[WHAT IS REQUIRED]: The data that follows should be copied out exactly.

- Opening Delimiter -

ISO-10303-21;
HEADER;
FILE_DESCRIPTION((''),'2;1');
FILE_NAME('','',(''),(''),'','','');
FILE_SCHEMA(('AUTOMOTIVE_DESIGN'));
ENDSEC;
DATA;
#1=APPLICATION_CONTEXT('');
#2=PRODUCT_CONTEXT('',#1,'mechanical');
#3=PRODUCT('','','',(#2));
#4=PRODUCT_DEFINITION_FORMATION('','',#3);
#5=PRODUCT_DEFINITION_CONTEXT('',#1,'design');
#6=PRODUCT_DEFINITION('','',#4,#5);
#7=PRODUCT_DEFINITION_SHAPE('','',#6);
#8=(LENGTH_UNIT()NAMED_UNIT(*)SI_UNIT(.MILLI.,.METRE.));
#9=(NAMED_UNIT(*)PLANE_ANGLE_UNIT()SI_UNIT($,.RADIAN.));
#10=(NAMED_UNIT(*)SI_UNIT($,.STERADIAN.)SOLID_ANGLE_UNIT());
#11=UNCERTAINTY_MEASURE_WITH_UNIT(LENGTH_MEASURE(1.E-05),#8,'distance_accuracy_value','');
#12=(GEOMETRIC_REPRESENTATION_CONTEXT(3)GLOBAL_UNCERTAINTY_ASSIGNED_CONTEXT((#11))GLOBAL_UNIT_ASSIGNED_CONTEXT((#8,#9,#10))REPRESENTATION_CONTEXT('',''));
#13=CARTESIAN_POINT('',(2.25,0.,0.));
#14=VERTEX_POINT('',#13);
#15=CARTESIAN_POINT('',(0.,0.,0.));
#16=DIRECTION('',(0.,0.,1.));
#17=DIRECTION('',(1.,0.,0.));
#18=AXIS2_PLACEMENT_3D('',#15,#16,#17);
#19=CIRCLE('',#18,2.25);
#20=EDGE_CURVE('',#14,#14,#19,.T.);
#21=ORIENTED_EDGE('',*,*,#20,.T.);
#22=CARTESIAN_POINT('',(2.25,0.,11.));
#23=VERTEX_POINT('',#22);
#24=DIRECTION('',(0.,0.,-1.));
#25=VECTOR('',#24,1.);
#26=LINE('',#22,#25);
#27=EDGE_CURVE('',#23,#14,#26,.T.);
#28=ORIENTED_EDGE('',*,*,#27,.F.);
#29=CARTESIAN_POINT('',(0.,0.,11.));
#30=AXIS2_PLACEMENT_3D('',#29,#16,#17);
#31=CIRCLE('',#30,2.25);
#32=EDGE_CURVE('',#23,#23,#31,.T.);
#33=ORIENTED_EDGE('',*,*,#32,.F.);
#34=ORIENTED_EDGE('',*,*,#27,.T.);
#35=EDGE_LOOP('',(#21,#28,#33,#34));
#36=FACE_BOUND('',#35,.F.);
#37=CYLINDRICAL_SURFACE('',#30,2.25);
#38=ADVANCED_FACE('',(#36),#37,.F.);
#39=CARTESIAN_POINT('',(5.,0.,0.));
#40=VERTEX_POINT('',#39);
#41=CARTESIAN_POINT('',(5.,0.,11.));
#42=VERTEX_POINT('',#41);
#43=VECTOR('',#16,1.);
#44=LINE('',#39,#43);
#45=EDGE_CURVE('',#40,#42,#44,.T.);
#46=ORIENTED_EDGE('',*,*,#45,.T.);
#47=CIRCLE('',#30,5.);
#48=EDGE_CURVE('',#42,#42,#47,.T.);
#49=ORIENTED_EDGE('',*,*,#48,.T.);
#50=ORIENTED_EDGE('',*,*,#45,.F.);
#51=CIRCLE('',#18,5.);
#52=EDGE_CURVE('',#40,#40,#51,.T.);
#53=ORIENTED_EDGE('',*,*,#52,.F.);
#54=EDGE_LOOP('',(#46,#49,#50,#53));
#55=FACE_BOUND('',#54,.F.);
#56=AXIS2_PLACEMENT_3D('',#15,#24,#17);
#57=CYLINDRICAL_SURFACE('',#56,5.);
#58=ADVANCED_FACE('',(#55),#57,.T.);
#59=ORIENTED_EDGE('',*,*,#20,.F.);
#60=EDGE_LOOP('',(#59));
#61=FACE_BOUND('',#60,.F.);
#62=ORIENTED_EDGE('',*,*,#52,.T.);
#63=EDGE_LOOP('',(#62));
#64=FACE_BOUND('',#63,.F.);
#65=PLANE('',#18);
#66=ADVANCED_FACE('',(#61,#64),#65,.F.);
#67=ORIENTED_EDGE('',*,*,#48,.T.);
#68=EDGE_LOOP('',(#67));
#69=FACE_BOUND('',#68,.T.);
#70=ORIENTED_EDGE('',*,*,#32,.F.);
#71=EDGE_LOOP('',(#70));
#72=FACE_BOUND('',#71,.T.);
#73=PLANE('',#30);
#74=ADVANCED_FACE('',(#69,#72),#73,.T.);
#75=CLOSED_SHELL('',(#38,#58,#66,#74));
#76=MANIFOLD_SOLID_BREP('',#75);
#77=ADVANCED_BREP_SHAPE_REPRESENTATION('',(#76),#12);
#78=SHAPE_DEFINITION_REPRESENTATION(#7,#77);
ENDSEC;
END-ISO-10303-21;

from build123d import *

# Parameters (mm, degrees)
SKETCH_R     = 5
PAD_DEPTH    = 11
SKETCH001_R  = 2.25
POCKET_DEPTH = 11.001


with BuildPart() as part:
    # Sketch → Pad (new body)
    with BuildSketch(Plane.XY):
        Circle(SKETCH_R)
    extrude(amount=PAD_DEPTH)

    # Sketch001 → Pocket (cut, through all)
    with BuildSketch(Plane.XY.offset(11)):
        Circle(SKETCH001_R)
    extrude(amount=-POCKET_DEPTH, mode=Mode.SUBTRACT)


solid = part.part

- Closing Delimiter -

[TASK RESPONSE]:
ISO-10303-21;
HEADER;
FILE_DESCRIPTION((''),'2;1');
FILE_NAME('','',(''),(''),'','','');
FILE_SCHEMA(('AUTOMOTIVE_DESIGN'));
ENDSEC;
DATA;
#1=APPLICATION_CONTEXT('');
#2=PRODUCT_CONTEXT('',#1,'mechanical');
#3=PRODUCT('','','',(#2));
#4=PRODUCT_DEFINITION_FORMATION('','',#3);
#5=PRODUCT_DEFINITION_CONTEXT('',#1,'design');
#6=PRODUCT_DEFINITION('','',#4,#5);
#7=PRODUCT_DEFINITION_SHAPE('','',#6);
#8=(LENGTH_UNIT()NAMED_UNIT(*)SI_UNIT(.MILLI.,.METRE.));
#9=(NAMED_UNIT(*)PLANE_ANGLE_UNIT()SI_UNIT($,.RADIAN.));
#10=(NAMED_UNIT(*)SI_UNIT($,.STERADIAN.)SOLID_ANGLE_UNIT());
#11=UNCERTAINTY_MEASURE_WITH_UNIT(LENGTH_MEASURE(1.E-05),#8,'distance_accuracy_value','');
#12=(GEOMETRIC_REPRESENTATION_CONTEXT(3)GLOBAL_UNCERTAINTY_ASSIGNED_CONTEXT((#11))GLOBAL_UNIT_ASSIGNED_CONTEXT((#8,#9,#10))REPRESENTATION_CONTEXT('',''));
#13=CARTESIAN_POINT('',(2.25,0.,0.));
#14=VERTEX_POINT('',#13);
#15=CARTESIAN_POINT('',(0.,0.,0.));
#16=DIRECTION('',(0.,0.,1.));
#17=DIRECTION('',(1.,0.,0.));
#18=AXIS2_PLACEMENT_3D('',#15,#16,#17);
#19=CIRCLE('',#18,2.25);
#20=EDGE_CURVE('',#14,#14,#19,.T.);
#21=ORIENTED_EDGE('',*,*,#20,.T.);
#22=CARTESIAN_POINT('',(2.25,0.,11.));
#23=VERTEX_POINT('',#22);
#24=DIRECTION('',(0.,0.,-1.));
#25=VECTOR('',#24,1.);
#26=LINE('',#22,#25);
#27=EDGE_CURVE('',#23,#14,#26,.T.);
#28=ORIENTED_EDGE('',*,*,#27,.F.);
#29=CARTESIAN_POINT('',(0.,0.,11.));
#30=AXIS2_PLACEMENT_3D('',#29,#16,#17);
#31=CIRCLE('',#30,2.25);
#32=EDGE_CURVE('',#23,#23,#31,.T.);
#33=ORIENTED_EDGE('',*,*,#32,.F.);
#34=ORIENTED_EDGE('',*,*,#27,.T.);
#35=EDGE_LOOP('',(#21,#28,#33,#34));
#36=FACE_BOUND('',#35,.F.);
#37=CYLINDRICAL_SURFACE('',#30,2.25);
#38=ADVANCED_FACE('',(#36),#37,.F.);
#39=CARTESIAN_POINT('',(5.,0.,0.));
#40=VERTEX_POINT('',#39);
#41=CARTESIAN_POINT('',(5.,0.,11.));
#42=VERTEX_POINT('',#41);
#43=VECTOR('',#16,1.);
#44=LINE('',#39,#43);
#45=EDGE_CURVE('',#40,#42,#44,.T.);
#46=ORIENTED_EDGE('',*,*,#45,.T.);
#47=CIRCLE('',#30,5.);
#48=EDGE_CURVE('',#42,#42,#47,.T.);
#49=ORIENTED_EDGE('',*,*,#48,.T.);
#50=ORIENTED_EDGE('',*,*,#45,.F.);
#51=CIRCLE('',#18,5.);
#52=EDGE_CURVE('',#40,#40,#51,.T.);
#53=ORIENTED_EDGE('',*,*,#52,.F.);
#54=EDGE_LOOP('',(#46,#49,#50,#53));
#55=FACE_BOUND('',#54,.F.);
#56=AXIS2_PLACEMENT_3D('',#15,#24,#17);
#57=CYLINDRICAL_SURFACE('',#56,5.);
#58=ADVANCED_FACE('',(#55),#57,.T.);
#59=ORIENTED_EDGE('',*,*,#20,.F.);
#60=EDGE_LOOP('',(#59));
#61=FACE_BOUND('',#60,.F.);
#62=ORIENTED_EDGE('',*,*,#52,.T.);
#63=EDGE_LOOP('',(#62));
#64=FACE_BOUND('',#63,.F.);
#65=PLANE('',#18);
#66=ADVANCED_FACE('',(#61,#64),#65,.F.);
#67=ORIENTED_EDGE('',*,*,#48,.T.);
#68=EDGE_LOOP('',(#67));
#69=FACE_BOUND('',#68,.T.);
#70=ORIENTED_EDGE('',*,*,#32,.F.);
#71=EDGE_LOOP('',(#70));
#72=FACE_BOUND('',#71,.T.);
#73=PLANE('',#30);
#74=ADVANCED_FACE('',(#69,#72),#73,.T.);
#75=CLOSED_SHELL('',(#38,#58,#66,#74));
#76=MANIFOLD_SOLID_BREP('',#75);
#77=ADVANCED_BREP_SHAPE_REPRESENTATION('',(#76),#12);
#78=SHAPE_DEFINITION_REPRESENTATION(#7,#77);
ENDSEC;
END-ISO-10303-21;

from build123d import *

# Parameters (mm, degrees)
SKETCH_R     = 5
PAD_DEPTH    = 11
SKETCH001_R  = 2.25
POCKET_DEPTH = 11.001


with BuildPart() as part:
    # Sketch → Pad (new body)
    with BuildSketch(Plane.XY):
        Circle(SKETCH_R)
    extrude(amount=PAD_DEPTH)

    # Sketch001 → Pocket (cut, through all)
    with BuildSketch(Plane.XY.offset(11)):
        Circle(SKETCH001_R)
    extrude(amount=-POCKET_DEPTH, mode=Mode.SUBTRACT)


solid = part.part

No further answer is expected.